## Problem details
From the first line of the data below through the line holding "#10=(NAMED_UNIT(*)SI_UNIT($,.STERADIAN.)SOLID_ANGLE_UNIT());", write out each line exactly as it stands.
**** Given records
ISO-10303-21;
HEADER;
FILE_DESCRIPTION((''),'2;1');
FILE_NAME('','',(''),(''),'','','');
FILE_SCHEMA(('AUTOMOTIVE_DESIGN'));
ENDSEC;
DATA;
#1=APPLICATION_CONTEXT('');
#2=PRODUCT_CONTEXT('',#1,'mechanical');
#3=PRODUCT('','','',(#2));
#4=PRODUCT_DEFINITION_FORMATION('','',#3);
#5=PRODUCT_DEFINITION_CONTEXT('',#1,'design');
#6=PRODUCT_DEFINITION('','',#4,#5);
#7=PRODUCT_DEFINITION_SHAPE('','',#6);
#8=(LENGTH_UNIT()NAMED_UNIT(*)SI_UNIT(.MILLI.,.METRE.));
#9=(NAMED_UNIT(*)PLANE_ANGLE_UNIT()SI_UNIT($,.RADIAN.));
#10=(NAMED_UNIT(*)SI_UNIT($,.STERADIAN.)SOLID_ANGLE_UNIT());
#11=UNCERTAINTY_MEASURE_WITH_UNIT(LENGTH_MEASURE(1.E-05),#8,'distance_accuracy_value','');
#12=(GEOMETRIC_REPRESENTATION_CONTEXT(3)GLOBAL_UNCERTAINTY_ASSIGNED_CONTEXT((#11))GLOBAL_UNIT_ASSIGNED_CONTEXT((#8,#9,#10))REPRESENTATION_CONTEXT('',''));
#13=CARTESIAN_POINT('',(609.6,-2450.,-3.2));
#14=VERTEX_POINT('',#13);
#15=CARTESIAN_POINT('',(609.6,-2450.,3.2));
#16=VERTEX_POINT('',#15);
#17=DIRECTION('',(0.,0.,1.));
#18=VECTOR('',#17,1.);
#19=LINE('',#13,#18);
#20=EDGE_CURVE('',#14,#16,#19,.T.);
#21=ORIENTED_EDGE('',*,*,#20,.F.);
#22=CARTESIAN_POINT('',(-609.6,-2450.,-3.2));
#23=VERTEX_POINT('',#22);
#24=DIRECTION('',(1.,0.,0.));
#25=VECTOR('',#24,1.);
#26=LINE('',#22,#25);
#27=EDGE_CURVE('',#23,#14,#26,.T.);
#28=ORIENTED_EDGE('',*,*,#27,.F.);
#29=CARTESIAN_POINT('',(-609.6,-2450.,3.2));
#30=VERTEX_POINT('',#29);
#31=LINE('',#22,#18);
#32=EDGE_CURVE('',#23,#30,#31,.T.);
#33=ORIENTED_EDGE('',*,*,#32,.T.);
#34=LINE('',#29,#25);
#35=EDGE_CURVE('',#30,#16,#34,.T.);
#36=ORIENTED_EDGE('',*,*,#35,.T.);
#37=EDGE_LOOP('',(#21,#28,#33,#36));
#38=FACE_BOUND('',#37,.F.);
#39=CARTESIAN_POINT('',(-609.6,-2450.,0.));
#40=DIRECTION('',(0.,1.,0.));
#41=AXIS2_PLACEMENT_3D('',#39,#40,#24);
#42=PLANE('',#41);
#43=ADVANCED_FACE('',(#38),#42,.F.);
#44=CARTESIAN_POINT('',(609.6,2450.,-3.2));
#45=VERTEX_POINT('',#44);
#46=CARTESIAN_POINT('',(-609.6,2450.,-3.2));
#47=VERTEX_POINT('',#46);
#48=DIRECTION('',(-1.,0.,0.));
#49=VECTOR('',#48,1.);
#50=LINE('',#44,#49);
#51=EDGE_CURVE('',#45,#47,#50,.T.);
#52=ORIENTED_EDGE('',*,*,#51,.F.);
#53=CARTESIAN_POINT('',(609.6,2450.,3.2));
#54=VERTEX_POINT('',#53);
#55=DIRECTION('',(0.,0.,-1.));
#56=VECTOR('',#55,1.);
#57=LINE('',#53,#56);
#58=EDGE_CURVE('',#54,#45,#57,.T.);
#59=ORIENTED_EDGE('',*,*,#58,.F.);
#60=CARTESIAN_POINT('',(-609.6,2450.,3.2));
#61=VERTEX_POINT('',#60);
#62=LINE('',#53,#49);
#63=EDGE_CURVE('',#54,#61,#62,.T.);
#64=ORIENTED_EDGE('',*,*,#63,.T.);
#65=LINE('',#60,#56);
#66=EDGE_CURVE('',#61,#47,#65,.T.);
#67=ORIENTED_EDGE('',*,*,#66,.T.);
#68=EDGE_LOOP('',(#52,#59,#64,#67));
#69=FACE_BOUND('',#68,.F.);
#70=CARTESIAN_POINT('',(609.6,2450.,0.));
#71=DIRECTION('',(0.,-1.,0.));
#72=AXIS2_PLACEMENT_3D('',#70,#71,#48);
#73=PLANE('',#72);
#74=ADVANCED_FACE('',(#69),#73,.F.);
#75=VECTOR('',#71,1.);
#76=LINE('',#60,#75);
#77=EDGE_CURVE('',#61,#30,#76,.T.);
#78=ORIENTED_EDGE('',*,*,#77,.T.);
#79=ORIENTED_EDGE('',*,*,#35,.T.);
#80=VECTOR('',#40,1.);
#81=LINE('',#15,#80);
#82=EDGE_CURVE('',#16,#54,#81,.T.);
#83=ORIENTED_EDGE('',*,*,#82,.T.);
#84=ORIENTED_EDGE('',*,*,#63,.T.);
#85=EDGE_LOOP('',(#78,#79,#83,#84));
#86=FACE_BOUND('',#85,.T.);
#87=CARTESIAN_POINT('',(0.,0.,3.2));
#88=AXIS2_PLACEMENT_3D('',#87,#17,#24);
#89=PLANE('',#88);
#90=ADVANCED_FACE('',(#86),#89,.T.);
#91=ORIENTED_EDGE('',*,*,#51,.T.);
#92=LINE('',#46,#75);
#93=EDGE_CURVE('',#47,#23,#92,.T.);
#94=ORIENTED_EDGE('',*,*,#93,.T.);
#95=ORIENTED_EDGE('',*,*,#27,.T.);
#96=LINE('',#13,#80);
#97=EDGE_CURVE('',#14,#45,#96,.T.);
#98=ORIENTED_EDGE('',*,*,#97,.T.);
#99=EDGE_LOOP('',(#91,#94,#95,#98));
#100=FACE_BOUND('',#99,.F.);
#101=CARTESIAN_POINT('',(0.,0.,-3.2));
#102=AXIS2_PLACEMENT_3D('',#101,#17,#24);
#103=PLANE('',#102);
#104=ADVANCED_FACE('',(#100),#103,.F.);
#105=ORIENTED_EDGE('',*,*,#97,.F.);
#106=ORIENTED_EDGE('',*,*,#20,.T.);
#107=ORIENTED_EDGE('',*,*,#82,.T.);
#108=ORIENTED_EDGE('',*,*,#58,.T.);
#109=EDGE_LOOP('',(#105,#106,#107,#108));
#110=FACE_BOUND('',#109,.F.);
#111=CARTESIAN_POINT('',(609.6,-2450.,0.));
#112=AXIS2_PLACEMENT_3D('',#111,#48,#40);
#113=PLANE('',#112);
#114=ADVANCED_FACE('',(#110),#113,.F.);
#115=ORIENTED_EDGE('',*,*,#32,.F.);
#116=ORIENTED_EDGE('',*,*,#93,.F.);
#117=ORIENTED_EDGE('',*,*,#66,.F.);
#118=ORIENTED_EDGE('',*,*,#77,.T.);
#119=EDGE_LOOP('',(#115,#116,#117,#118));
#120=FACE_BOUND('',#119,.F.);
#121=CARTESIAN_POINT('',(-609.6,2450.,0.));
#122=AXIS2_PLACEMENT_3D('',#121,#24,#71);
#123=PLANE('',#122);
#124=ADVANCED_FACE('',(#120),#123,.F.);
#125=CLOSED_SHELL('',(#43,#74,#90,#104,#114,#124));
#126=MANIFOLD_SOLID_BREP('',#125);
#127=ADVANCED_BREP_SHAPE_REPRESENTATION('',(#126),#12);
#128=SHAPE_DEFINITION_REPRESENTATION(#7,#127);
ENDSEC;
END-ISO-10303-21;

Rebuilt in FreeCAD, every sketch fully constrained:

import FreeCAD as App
import Part
import Sketcher
from FreeCAD import Vector


def add_polygon(sketch, points):
    """Adds a closed chain of lines whose ends are joined by coincident constraints."""
    first, n = sketch.GeometryCount, len(points)
    for a, b in zip(points, points[1:] + points[:1]):
        sketch.addGeometry(Part.LineSegment(App.Vector(*a, 0), App.Vector(*b, 0)), False)
    for i in range(n):
        sketch.addConstraint(Sketcher.Constraint("Coincident", first + i, 2, first + (i + 1) % n, 1))

doc = App.newDocument("Part")
body = doc.addObject("PartDesign::Body", "Body")

# Sketch on XY plane
sketch1 = body.newObject("Sketcher::SketchObject", "Sketch")
sketch1.AttachmentSupport = (doc.getObject("XY_Plane"), [""])
sketch1.MapMode = "FlatFace"
add_polygon(sketch1, [(-610, 2450), (-610, -2450), (610, -2450), (610, 2450)])  # lines 0-3
sketch1.addConstraint(Sketcher.Constraint("Vertical", 0))
sketch1.addConstraint(Sketcher.Constraint("Horizontal", 1))
sketch1.addConstraint(Sketcher.Constraint("Vertical", 2))
sketch1.addConstraint(Sketcher.Constraint("Horizontal", 3))
sketch1.addConstraint(Sketcher.Constraint("Symmetric", 0, 2, 2, 2, -1, 1))
sketch1.addConstraint(Sketcher.Constraint("DistanceY", 0, 2, 0, 1, 4900.0))
sketch1.addConstraint(Sketcher.Constraint("DistanceX", 1, 1, 1, 2, 1219.2))
pad1 = body.newObject("PartDesign::Pad", "Pad")
pad1.Profile = sketch1
pad1.Length = 6.4
pad1.Midplane = True

doc.recompute()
********
## Answer for the task
ISO-10303-21;
HEADER;
FILE_DESCRIPTION((''),'2;1');
FILE_NAME('','',(''),(''),'','','');
FILE_SCHEMA(('AUTOMOTIVE_DESIGN'));
ENDSEC;
DATA;
#1=APPLICATION_CONTEXT('');
#2=PRODUCT_CONTEXT('',#1,'mechanical');
#3=PRODUCT('','','',(#2));
#4=PRODUCT_DEFINITION_FORMATION('','',#3);
#5=PRODUCT_DEFINITION_CONTEXT('',#1,'design');
#6=PRODUCT_DEFINITION('','',#4,#5);
#7=PRODUCT_DEFINITION_SHAPE('','',#6);
#8=(LENGTH_UNIT()NAMED_UNIT(*)SI_UNIT(.MILLI.,.METRE.));
#9=(NAMED_UNIT(*)PLANE_ANGLE_UNIT()SI_UNIT($,.RADIAN.));
#10=(NAMED_UNIT(*)SI_UNIT($,.STERADIAN.)SOLID_ANGLE_UNIT());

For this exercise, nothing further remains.